>>>

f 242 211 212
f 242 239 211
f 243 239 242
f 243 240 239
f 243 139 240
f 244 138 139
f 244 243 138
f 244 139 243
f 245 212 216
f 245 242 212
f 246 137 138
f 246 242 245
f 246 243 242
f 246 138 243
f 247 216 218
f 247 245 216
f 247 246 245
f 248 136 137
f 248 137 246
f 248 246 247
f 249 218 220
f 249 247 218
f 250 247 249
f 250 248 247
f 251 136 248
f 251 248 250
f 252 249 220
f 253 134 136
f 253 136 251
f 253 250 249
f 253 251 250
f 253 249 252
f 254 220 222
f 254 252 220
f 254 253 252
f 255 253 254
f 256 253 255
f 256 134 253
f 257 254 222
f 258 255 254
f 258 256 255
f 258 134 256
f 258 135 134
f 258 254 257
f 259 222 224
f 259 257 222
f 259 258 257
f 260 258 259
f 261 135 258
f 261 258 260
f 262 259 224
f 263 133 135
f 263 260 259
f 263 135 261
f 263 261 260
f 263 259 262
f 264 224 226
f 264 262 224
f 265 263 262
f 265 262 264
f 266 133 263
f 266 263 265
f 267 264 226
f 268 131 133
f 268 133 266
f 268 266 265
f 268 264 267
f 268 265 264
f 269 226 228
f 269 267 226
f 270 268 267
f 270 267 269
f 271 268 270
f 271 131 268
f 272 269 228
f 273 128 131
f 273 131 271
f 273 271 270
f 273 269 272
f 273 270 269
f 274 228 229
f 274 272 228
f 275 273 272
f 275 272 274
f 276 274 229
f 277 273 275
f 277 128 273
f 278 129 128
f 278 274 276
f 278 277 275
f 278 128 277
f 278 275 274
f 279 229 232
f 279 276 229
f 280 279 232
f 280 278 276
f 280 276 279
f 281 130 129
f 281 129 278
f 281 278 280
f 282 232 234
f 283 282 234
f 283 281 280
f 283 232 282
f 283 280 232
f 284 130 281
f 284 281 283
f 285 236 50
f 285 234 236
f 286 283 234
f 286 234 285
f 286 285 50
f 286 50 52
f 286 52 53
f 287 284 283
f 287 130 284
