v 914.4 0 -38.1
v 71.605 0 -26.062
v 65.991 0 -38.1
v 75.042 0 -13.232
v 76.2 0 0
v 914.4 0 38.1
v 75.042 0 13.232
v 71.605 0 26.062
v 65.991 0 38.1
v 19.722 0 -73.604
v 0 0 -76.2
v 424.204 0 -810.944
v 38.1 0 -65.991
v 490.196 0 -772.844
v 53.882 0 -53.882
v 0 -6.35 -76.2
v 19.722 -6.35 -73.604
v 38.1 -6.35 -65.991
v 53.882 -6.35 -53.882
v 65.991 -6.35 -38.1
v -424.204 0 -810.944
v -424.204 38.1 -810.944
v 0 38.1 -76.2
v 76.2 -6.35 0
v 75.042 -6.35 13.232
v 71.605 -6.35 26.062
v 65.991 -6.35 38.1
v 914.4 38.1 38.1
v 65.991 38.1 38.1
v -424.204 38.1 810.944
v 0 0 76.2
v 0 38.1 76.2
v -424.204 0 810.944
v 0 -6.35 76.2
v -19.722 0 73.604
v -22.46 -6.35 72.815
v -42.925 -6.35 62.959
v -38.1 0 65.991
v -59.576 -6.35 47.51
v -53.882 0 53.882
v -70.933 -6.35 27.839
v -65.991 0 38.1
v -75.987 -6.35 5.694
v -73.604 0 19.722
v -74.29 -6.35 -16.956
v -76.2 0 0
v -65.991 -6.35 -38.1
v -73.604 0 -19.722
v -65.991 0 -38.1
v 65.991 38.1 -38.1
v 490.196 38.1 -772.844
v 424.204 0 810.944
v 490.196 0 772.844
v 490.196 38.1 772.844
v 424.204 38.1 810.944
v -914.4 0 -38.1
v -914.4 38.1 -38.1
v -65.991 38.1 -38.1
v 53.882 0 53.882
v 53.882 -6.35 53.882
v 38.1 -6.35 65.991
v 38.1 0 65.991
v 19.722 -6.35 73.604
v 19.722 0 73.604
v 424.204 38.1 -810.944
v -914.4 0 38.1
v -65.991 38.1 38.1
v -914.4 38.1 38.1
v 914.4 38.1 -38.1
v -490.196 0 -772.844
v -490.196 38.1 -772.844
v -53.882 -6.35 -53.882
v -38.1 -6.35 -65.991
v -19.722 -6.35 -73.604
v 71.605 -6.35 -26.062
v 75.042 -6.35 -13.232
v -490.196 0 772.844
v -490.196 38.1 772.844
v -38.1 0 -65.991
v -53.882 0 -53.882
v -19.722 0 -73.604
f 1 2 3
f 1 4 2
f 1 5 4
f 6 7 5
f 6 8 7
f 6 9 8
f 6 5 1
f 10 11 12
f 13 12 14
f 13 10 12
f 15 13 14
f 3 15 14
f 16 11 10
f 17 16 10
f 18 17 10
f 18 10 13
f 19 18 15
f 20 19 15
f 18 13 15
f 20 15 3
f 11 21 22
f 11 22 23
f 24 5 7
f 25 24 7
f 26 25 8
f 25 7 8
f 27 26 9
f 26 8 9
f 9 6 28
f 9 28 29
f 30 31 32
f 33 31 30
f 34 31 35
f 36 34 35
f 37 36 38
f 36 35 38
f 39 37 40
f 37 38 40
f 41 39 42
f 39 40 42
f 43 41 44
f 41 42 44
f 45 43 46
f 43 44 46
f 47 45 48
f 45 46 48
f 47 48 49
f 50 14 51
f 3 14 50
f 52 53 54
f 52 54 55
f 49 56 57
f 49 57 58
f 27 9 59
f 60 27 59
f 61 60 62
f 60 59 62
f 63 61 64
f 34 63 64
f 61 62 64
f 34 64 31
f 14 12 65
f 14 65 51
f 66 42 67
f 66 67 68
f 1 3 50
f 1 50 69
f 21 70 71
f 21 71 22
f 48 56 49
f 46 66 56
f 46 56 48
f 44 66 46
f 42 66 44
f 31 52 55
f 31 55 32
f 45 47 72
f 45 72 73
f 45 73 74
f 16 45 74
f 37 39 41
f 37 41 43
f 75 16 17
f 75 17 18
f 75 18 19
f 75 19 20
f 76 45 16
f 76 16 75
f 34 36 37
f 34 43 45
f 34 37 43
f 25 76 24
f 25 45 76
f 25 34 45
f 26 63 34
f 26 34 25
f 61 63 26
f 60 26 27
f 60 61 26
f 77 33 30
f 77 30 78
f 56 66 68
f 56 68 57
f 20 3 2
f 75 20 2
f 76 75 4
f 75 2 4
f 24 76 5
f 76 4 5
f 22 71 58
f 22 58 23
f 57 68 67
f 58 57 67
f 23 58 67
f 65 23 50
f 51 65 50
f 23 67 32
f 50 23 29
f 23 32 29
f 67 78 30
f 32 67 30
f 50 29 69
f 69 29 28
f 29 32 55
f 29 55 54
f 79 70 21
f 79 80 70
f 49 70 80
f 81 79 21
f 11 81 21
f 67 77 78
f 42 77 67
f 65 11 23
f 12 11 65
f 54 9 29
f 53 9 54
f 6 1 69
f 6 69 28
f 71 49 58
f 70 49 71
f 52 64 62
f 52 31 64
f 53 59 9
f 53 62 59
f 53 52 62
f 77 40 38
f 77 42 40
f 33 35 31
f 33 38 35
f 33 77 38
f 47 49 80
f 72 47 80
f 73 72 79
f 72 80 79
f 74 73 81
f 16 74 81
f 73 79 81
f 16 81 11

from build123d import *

# Parameters (mm, degrees)
F1_DEPTH = 38.1
F3_DEPTH = 6.35


with BuildPart() as f1:
    # F0 (on Front) → F1 (new body)
    with BuildSketch(Plane.XZ):
        Polygon((21.9970452561, -38.1), (-21.9970452561, -38.1), (0, -76.2), (424.2044321158, -810.9436292205), (457.2, -791.8936292205), align=None)
        Polygon((65.9911357684, -38.1), (21.9970452561, -38.1), (457.2, -791.8936292205), (490.1955678842, -772.8436292205), align=None)
        Polygon((914.4, 0), (0, 0), (21.9970452561, -38.1), (65.9911357684, -38.1), (914.4, -38.1), align=None)
        Polygon((21.9970452561, 38.1), (0, 0), (914.4, 0), (914.4, 38.1), (65.9911357684, 38.1), align=None)
        Polygon((457.2, 791.8936292205), (21.9970452561, 38.1), (65.9911357684, 38.1), (490.1955678842, 772.8436292205), align=None)
        Polygon((0, 76.2), (21.9970452561, 38.1), (457.2, 791.8936292205), (424.2044321158, 810.9436292205), align=None)
        Polygon((-21.9970452561, 38.1), (21.9970452561, 38.1), (0, 76.2), (-424.2044321158, 810.9436292205), (-457.2, 791.8936292205), align=None)
        Polygon((-65.9911357684, 38.1), (-21.9970452561, 38.1), (-457.2, 791.8936292205), (-490.1955678842, 772.8436292205), align=None)
        Polygon((-21.9970452561, -38.1), (0, 0), (-914.4, 0), (-914.4, -38.1), (-65.9911357684, -38.1), align=None)
        Polygon((-914.4, 0), (0, 0), (-21.9970452561, 38.1), (-65.9911357684, 38.1), (-914.4, 38.1), align=None)
        Polygon((-457.2, -791.8936292205), (-21.9970452561, -38.1), (-65.9911357684, -38.1), (-490.1955678842, -772.8436292205), align=None)
        Polygon((0, -76.2), (-21.9970452561, -38.1), (-457.2, -791.8936292205), (-424.2044321158, -810.9436292205), align=None)
        Polygon((-21.9970452561, 38.1), (0, 0), (21.9970452561, 38.1), align=None)
        Polygon((21.9970452561, -38.1), (0, 0), (-21.9970452561, -38.1), align=None)
    extrude(amount=-F1_DEPTH)

    # F2 (on face) → F3 (join)
    with BuildSketch(Plane.XZ):
        with BuildLine():
            ThreePointArc((65.9911357684, -38.1), (73.6035479632, -19.7220112368), (76.2, 0))
            ThreePointArc((76.2, 0), (73.6035479632, 19.7220112368), (65.9911357684, 38.1))
            ThreePointArc((65.9911357684, 38.1), (38.1, 65.9911357684), (0, 76.2))
            ThreePointArc((0, 76.2), (-38.1, 65.9911357684), (-65.9911357684, 38.1))
            ThreePointArc((-65.9911357684, 38.1), (-76.2, 0), (-65.9911357684, -38.1))
            ThreePointArc((-65.9911357684, -38.1), (-38.1, -65.9911357684), (0, -76.2))
            ThreePointArc((0, -76.2), (38.1, -65.9911357684), (65.9911357684, -38.1))
        make_face()
    extrude(amount=F3_DEPTH)


solid = f1.part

<<<

Write down exactly the span of lines above from the one containing "f 259 257 222" to the one containing "v 65.991 38.1 38.1", both ends included.

# SOLUTION TO THIS EXERCISE
f 259 257 222
f 259 258 257
f 260 258 259
f 261 135 258
f 261 258 260
f 262 259 224
f 263 133 135
f 263 260 259
f 263 135 261
f 263 261 260
f 263 259 262
f 264 224 226
f 264 262 224
f 265 263 262
f 265 262 264
f 266 133 263
f 266 263 265
f 267 264 226
f 268 131 133
f 268 133 266
f 268 266 265
f 268 264 267
f 268 265 264
f 269 226 228
f 269 267 226
f 270 268 267
f 270 267 269
f 271 268 270
f 271 131 268
f 272 269 228
f 273 128 131
f 273 131 271
f 273 271 270
f 273 269 272
f 273 270 269
f 274 228 229
f 274 272 228
f 275 273 272
f 275 272 274
f 276 274 229
f 277 273 275
f 277 128 273
f 278 129 128
f 278 274 276
f 278 277 275
f 278 128 277
f 278 275 274
f 279 229 232
f 279 276 229
f 280 279 232
f 280 278 276
f 280 276 279
f 281 130 129
f 281 129 278
f 281 278 280
f 282 232 234
f 283 282 234
f 283 281 280
f 283 232 282
f 283 280 232
f 284 130 281
f 284 281 283
f 285 236 50
f 285 234 236
f 286 283 234
f 286 234 285
f 286 285 50
f 286 50 52
f 286 52 53
f 287 284 283
f 287 130 284
v 914.4 0 -38.1
v 71.605 0 -26.062
v 65.991 0 -38.1
v 75.042 0 -13.232
v 76.2 0 0
v 914.4 0 38.1
v 75.042 0 13.232
v 71.605 0 26.062
v 65.991 0 38.1
v 19.722 0 -73.604
v 0 0 -76.2
v 424.204 0 -810.944
v 38.1 0 -65.991
v 490.196 0 -772.844
v 53.882 0 -53.882
v 0 -6.35 -76.2
v 19.722 -6.35 -73.604
v 38.1 -6.35 -65.991
v 53.882 -6.35 -53.882
v 65.991 -6.35 -38.1
v -424.204 0 -810.944
v -424.204 38.1 -810.944
v 0 38.1 -76.2
v 76.2 -6.35 0
v 75.042 -6.35 13.232
v 71.605 -6.35 26.062
v 65.991 -6.35 38.1
v 914.4 38.1 38.1
v 65.991 38.1 38.1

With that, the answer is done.